Problem to work on:
Copy out each line from the material where the word "CIRCLE" is found.

Data for the task:
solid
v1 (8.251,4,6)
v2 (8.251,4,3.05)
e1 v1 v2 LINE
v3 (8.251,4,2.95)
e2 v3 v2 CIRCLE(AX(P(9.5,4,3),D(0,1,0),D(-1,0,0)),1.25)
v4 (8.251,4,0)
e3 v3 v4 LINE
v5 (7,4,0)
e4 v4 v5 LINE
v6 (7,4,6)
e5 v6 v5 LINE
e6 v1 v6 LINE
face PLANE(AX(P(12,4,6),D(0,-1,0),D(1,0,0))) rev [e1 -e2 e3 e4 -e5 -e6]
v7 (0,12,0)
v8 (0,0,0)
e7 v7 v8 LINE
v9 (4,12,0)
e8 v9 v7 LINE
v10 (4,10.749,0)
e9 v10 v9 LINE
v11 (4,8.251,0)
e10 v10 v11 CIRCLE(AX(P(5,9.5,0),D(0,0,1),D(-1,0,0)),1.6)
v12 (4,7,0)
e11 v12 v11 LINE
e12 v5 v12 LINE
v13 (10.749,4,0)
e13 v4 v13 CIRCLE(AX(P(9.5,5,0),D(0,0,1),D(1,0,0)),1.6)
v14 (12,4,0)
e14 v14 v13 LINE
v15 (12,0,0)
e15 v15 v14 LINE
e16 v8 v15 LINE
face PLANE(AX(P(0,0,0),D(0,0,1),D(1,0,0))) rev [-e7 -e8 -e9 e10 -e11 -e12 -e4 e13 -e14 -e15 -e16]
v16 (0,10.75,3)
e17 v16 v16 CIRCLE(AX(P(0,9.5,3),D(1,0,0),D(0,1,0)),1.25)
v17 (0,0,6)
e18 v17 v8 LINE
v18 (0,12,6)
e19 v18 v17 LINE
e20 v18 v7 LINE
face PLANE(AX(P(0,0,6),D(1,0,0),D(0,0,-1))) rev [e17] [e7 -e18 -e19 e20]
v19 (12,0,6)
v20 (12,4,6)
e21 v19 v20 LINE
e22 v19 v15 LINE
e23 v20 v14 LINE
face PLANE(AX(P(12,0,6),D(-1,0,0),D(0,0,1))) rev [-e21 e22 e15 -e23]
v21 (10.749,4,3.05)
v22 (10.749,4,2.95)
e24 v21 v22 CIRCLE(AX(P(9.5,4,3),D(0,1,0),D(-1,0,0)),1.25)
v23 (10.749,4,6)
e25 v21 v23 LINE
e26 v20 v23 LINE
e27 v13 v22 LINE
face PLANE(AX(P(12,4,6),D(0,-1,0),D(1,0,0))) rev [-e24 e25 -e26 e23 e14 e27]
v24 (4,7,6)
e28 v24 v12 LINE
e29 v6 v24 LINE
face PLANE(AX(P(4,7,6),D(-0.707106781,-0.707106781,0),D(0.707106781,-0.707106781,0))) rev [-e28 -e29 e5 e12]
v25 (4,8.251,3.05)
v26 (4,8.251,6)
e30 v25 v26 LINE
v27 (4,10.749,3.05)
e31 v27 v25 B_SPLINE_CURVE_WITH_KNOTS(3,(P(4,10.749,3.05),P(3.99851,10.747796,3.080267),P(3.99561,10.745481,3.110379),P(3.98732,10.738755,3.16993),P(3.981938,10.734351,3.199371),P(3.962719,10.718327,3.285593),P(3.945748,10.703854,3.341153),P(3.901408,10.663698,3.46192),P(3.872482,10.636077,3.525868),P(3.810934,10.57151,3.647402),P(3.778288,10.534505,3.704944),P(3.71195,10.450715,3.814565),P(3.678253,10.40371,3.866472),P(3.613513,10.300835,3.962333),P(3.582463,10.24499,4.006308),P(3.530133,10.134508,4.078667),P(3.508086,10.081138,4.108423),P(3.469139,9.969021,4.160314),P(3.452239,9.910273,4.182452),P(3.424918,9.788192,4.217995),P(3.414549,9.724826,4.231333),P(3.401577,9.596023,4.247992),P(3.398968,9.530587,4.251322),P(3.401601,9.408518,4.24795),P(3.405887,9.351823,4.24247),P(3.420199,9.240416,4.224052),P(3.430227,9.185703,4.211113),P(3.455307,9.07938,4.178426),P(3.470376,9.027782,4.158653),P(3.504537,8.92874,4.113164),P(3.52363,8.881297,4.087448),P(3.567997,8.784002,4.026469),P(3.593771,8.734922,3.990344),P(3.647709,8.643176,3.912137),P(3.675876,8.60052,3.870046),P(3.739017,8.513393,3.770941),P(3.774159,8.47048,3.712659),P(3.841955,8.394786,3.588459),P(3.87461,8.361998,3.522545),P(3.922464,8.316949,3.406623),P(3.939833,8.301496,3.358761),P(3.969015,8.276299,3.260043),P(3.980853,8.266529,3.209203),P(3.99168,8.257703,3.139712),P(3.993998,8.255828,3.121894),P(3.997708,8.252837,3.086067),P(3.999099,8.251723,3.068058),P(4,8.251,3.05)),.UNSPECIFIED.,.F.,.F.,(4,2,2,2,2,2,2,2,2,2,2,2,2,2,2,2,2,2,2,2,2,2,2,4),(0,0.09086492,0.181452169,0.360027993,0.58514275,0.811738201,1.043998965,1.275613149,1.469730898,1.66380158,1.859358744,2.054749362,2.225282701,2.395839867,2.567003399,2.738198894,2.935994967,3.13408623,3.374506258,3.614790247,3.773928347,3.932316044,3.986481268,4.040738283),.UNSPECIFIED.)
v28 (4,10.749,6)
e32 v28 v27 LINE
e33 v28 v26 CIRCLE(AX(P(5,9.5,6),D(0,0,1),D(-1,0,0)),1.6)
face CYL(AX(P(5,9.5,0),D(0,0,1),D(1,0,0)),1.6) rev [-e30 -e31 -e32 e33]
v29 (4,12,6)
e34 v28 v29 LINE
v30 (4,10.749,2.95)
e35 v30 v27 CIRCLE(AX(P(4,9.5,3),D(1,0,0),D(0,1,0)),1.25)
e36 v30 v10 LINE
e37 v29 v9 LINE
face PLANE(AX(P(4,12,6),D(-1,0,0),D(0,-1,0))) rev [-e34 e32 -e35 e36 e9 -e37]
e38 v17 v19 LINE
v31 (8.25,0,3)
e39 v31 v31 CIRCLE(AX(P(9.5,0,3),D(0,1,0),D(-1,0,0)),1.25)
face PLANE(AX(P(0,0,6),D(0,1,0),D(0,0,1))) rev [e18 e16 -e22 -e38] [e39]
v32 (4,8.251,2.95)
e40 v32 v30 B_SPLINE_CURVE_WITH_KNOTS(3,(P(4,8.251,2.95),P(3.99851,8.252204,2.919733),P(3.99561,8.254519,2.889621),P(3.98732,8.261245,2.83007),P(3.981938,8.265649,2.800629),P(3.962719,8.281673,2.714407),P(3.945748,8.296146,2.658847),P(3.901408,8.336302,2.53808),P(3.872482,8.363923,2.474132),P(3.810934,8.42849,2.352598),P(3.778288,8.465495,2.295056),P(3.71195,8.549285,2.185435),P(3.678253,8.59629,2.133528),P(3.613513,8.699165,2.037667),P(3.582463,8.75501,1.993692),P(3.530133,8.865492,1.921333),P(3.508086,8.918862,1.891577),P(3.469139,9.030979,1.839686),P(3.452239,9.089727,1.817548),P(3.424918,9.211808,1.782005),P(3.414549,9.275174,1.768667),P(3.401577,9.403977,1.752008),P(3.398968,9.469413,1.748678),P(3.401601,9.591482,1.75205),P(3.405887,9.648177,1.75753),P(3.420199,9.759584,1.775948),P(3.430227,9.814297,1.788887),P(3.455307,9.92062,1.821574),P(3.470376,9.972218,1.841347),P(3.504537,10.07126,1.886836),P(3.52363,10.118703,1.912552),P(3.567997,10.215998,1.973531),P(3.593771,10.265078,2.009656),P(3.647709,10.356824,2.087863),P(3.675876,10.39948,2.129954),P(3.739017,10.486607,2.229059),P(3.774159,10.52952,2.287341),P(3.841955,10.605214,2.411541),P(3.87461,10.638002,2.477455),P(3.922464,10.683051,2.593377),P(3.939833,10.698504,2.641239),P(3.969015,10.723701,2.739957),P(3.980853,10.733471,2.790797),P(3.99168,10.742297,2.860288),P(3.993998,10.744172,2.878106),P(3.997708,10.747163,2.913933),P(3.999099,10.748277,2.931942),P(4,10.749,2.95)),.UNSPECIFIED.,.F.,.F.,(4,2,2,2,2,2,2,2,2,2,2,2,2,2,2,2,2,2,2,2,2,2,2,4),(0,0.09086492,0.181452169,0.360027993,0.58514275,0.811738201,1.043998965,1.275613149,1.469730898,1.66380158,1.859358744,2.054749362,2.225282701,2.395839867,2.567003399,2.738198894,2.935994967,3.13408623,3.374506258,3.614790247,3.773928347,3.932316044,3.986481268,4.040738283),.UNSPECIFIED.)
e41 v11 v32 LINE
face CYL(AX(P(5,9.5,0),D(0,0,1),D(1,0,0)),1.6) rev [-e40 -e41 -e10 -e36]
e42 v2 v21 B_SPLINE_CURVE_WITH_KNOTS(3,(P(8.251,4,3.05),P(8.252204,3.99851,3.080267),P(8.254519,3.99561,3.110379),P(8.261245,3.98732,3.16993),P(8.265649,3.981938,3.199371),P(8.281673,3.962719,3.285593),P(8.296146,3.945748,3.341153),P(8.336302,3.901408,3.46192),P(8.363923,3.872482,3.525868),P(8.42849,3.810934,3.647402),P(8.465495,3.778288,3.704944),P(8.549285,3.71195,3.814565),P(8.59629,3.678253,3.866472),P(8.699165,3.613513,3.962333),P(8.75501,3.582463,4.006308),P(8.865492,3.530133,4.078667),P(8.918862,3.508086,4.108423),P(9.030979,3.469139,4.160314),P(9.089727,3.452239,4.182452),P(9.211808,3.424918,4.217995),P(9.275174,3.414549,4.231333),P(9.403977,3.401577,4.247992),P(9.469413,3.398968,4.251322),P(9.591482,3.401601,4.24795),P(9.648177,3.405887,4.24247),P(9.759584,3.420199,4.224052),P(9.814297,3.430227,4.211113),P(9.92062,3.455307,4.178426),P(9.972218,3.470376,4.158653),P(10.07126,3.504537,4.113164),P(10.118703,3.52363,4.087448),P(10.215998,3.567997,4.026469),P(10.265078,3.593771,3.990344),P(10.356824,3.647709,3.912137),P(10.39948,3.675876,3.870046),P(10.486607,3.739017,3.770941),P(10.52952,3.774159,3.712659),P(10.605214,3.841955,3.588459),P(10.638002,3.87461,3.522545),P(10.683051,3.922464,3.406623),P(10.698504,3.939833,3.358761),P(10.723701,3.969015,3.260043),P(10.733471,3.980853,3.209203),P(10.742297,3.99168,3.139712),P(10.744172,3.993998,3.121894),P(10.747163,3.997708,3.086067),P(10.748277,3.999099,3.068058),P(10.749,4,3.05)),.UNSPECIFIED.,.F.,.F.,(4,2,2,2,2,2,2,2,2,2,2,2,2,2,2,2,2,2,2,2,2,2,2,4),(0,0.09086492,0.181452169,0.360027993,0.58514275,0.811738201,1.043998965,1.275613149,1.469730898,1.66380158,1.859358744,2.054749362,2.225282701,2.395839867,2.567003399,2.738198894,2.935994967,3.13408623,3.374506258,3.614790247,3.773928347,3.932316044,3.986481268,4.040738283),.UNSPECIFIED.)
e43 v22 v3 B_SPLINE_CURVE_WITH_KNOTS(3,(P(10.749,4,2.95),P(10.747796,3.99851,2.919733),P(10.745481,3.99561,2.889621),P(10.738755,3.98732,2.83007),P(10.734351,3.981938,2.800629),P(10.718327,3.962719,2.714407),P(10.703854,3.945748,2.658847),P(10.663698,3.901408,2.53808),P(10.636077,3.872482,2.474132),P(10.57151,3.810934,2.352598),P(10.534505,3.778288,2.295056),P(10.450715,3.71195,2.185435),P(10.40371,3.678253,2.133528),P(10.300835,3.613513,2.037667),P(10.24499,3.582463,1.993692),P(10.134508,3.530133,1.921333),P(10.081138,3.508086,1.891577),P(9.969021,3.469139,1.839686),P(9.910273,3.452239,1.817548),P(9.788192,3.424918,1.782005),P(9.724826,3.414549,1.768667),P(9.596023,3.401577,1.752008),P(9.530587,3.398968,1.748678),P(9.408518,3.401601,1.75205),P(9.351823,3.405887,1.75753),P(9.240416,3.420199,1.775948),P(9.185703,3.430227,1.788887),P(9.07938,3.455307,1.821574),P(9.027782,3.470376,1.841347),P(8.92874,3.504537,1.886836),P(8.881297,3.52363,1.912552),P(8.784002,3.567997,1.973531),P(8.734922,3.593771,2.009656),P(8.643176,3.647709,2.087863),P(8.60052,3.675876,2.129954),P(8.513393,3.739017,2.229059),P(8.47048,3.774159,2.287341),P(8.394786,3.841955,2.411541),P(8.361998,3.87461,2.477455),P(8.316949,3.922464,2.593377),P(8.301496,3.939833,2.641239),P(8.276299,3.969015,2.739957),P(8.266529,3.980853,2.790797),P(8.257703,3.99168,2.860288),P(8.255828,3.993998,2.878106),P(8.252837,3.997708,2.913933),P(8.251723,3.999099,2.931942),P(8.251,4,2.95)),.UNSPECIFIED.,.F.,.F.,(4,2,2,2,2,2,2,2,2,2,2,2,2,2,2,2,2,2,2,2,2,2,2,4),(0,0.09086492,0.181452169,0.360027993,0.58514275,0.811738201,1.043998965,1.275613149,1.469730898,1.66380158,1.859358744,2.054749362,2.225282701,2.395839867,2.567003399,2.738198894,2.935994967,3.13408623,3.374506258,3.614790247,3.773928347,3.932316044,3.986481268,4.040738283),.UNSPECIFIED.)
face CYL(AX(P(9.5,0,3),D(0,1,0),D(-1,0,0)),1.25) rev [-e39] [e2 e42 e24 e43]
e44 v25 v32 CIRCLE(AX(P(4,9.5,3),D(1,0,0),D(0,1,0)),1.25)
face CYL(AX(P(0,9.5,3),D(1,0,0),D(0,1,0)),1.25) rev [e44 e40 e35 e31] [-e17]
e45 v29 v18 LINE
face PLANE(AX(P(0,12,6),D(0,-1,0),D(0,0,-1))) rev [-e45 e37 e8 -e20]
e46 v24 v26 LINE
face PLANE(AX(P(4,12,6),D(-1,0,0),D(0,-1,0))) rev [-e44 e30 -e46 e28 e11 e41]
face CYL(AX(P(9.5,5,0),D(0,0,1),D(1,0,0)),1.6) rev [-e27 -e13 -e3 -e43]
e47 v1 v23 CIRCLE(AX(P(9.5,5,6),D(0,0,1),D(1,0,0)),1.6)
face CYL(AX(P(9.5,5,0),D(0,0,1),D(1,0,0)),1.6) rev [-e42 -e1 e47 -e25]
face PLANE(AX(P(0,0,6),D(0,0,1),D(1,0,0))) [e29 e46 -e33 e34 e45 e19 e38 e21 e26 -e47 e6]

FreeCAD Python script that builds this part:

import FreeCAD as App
import Part
import Sketcher

V = App.Vector


def add_polygon(sketch, points):
    """Adds a closed chain of lines whose ends are joined by coincident constraints."""
    first, n = sketch.GeometryCount, len(points)
    for a, b in zip(points, points[1:] + points[:1]):
        sketch.addGeometry(Part.LineSegment(App.Vector(*a, 0), App.Vector(*b, 0)), False)
    for i in range(n):
        sketch.addConstraint(Sketcher.Constraint("Coincident", first + i, 2, first + (i + 1) % n, 1))

doc = App.newDocument("Part")
body = doc.addObject("PartDesign::Body", "Body")

# Sketch on XY plane
sketch1 = doc.addObject("Sketcher::SketchObject", "Sketch")
body.addObject(sketch1)
sketch1.AttachmentSupport = (doc.XY_Plane, [""])
sketch1.MapMode = "FlatFace"
add_polygon(sketch1, [(0, 12), (0, 0), (12, 0), (12, 4), (7, 4), (4, 7), (4, 12)])  # lines 0-6
sketch1.addConstraint(Sketcher.Constraint("Vertical", 0))
sketch1.addConstraint(Sketcher.Constraint("Horizontal", 1))
sketch1.addConstraint(Sketcher.Constraint("Vertical", 2))
sketch1.addConstraint(Sketcher.Constraint("Horizontal", 3))
sketch1.addConstraint(Sketcher.Constraint("Vertical", 5))
sketch1.addConstraint(Sketcher.Constraint("Horizontal", 6))
sketch1.addConstraint(Sketcher.Constraint("Coincident", 0, 2, -1, 1))
sketch1.addConstraint(Sketcher.Constraint("Equal", 1, 0))
sketch1.addConstraint(Sketcher.Constraint("Equal", 6, 2))
sketch1.addConstraint(Sketcher.Constraint("Equal", 3, 5))
sketch1.addConstraint(Sketcher.Constraint("DistanceX", 1, 1, 1, 2, 12.0))
sketch1.addConstraint(Sketcher.Constraint("DistanceX", 3, 2, 3, 1, 5.0))
sketch1.addConstraint(Sketcher.Constraint("DistanceX", 6, 2, 6, 1, 4.0))
pad1 = doc.addObject("PartDesign::Pad", "Pad")
body.addObject(pad1)
pad1.Profile = sketch1
pad1.Length = 6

Task answer:
e2 v3 v2 CIRCLE(AX(P(9.5,4,3),D(0,1,0),D(-1,0,0)),1.25)
e10 v10 v11 CIRCLE(AX(P(5,9.5,0),D(0,0,1),D(-1,0,0)),1.6)
e13 v4 v13 CIRCLE(AX(P(9.5,5,0),D(0,0,1),D(1,0,0)),1.6)
e17 v16 v16 CIRCLE(AX(P(0,9.5,3),D(1,0,0),D(0,1,0)),1.25)
e24 v21 v22 CIRCLE(AX(P(9.5,4,3),D(0,1,0),D(-1,0,0)),1.25)
e33 v28 v26 CIRCLE(AX(P(5,9.5,6),D(0,0,1),D(-1,0,0)),1.6)
e35 v30 v27 CIRCLE(AX(P(4,9.5,3),D(1,0,0),D(0,1,0)),1.25)
e39 v31 v31 CIRCLE(AX(P(9.5,0,3),D(0,1,0),D(-1,0,0)),1.25)
e44 v25 v32 CIRCLE(AX(P(4,9.5,3),D(1,0,0),D(0,1,0)),1.25)
e47 v1 v23 CIRCLE(AX(P(9.5,5,6),D(0,0,1),D(1,0,0)),1.6)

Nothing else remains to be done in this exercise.